HIGH SPATIAL-RESOLUTION PROVENANCE DISCRIMINATION OF SILICICLASTIC MARKER BEDS OF THE WILKINS PEAK MEMBER OF THE EOCENE GREEN RIVER FORMATION, WYOMING

The fluvial rock record is key to understanding ancient fluvial processes, sediment transport and dispersal, the influences of tectonics, and the effects of deep-time climate changes on landscapes. Obtaining this information is challenging, however, due to the low temporal resolution and difficulty in lateral correlation that is typical of fluvial deposits.

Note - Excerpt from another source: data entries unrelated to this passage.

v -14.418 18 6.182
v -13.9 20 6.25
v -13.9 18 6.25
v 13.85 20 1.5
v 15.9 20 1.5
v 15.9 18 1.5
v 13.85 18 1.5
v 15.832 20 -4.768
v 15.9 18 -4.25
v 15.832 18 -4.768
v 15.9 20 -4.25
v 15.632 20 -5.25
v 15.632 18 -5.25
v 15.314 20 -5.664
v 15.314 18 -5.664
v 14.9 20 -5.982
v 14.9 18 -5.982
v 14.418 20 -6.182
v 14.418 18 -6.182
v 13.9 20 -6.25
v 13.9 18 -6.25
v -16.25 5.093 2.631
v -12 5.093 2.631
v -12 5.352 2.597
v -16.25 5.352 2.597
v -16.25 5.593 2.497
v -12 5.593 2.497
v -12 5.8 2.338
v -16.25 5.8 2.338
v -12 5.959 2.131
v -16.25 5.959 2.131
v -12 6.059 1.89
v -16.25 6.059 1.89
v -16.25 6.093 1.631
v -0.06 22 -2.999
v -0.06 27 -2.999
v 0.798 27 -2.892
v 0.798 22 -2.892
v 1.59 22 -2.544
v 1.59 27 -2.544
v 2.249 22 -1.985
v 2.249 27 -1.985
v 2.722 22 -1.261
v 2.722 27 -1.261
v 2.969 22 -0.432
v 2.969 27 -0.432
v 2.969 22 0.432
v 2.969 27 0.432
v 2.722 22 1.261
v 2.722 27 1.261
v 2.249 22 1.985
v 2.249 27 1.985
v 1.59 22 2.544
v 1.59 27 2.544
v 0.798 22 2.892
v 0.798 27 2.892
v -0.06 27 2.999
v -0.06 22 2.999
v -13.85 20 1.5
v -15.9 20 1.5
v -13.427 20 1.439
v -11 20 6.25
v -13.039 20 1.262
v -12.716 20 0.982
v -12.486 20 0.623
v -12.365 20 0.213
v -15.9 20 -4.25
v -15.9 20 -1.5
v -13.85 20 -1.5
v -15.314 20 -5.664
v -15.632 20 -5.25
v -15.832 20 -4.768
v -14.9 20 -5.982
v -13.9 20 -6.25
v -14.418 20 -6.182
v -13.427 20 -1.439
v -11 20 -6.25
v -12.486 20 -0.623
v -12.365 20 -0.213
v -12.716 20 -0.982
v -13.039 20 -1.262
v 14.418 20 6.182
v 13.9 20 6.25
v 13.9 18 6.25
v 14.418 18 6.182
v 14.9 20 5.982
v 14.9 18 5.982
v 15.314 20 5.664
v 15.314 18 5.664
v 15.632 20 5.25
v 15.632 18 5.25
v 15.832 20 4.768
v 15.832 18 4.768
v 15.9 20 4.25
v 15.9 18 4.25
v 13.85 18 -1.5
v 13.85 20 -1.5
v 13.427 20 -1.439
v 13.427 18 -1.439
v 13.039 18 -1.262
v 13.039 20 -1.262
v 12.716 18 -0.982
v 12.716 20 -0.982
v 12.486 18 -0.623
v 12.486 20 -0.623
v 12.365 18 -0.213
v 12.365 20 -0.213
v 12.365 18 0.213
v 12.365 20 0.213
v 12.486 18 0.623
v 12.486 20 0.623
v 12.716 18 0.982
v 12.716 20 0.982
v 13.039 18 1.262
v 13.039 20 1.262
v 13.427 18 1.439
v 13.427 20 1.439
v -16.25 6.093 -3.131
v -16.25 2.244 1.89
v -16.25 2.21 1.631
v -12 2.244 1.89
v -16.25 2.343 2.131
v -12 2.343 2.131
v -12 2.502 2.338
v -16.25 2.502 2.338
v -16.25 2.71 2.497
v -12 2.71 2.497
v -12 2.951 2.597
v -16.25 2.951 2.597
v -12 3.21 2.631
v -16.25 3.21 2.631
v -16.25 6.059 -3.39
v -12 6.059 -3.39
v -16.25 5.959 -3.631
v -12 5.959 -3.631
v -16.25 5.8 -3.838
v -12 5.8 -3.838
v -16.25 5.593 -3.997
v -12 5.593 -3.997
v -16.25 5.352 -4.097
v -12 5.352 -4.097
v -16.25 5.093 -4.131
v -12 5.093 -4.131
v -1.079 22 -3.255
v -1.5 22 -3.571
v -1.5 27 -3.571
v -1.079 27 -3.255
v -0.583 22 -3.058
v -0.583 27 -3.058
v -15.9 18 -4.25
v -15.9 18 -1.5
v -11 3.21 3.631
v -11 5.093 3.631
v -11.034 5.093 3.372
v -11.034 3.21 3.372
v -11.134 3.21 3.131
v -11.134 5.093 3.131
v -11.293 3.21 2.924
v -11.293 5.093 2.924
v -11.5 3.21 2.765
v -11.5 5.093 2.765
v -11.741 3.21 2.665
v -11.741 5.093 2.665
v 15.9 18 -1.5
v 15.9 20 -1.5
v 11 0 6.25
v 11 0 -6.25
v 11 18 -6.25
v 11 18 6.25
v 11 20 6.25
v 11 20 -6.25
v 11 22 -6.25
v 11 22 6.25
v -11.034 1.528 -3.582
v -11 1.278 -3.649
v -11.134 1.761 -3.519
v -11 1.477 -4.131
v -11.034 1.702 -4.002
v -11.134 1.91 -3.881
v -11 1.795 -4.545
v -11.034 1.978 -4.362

We examined a series of nine well-dated, laterally-continuous fluvial bedsets within the Wilkins Peak Member of the Green River Formation that offer an unprecedented opportunity to monitor the dynamic evolution of a megafan distributary network at ~100 ky temporal resolution based on previous radioisotopic dating of volcanic tuffs contained in interfingering lacustrine facies. Changes in megafan dynamics were elucidated via sedimentary provenance, based on exposures in the southeastern Bridger basin. We used a handheld XRF device to measure elemental concentrations of more than 1000 samples, which were compared to petrographic point counts and an existing database of detrital zircon (DZ) ages. Principal component analysis of XRF results and synoptic maps of each bed define several distinct chemofacies that correspond well to DZ populations and modal mineral composition. Siliciclastic bedsets in the center of the basin contain Al-, K- and Rb-rich arkosic sandstone sourced from the Aspen paleoriver, which drained Yavapai-Mazatzal basement exposed along the northwestern slopes of the Rocky Mountains in Colorado. These interfinger with quartzose sandstone sourced from the Uinta Uplift along the southern margin of the basin, and with sublithic sandstone sourced predominantly from Paleozoic and Mesozoic strata exposed in the Sevier fold-thrust belt to the west. Synoptic reconstructions of sandstone composition across each of the nine beds show that distributary lobes migrated laterally on the 2-8 km scale from bed to bed. They also reveal a long-term basinward advance of the distributary networks corresponding to the Uinta Uplift and fold-thrust belt sources, and reciprocal retreat of distributaries of the Aspen paleoriver.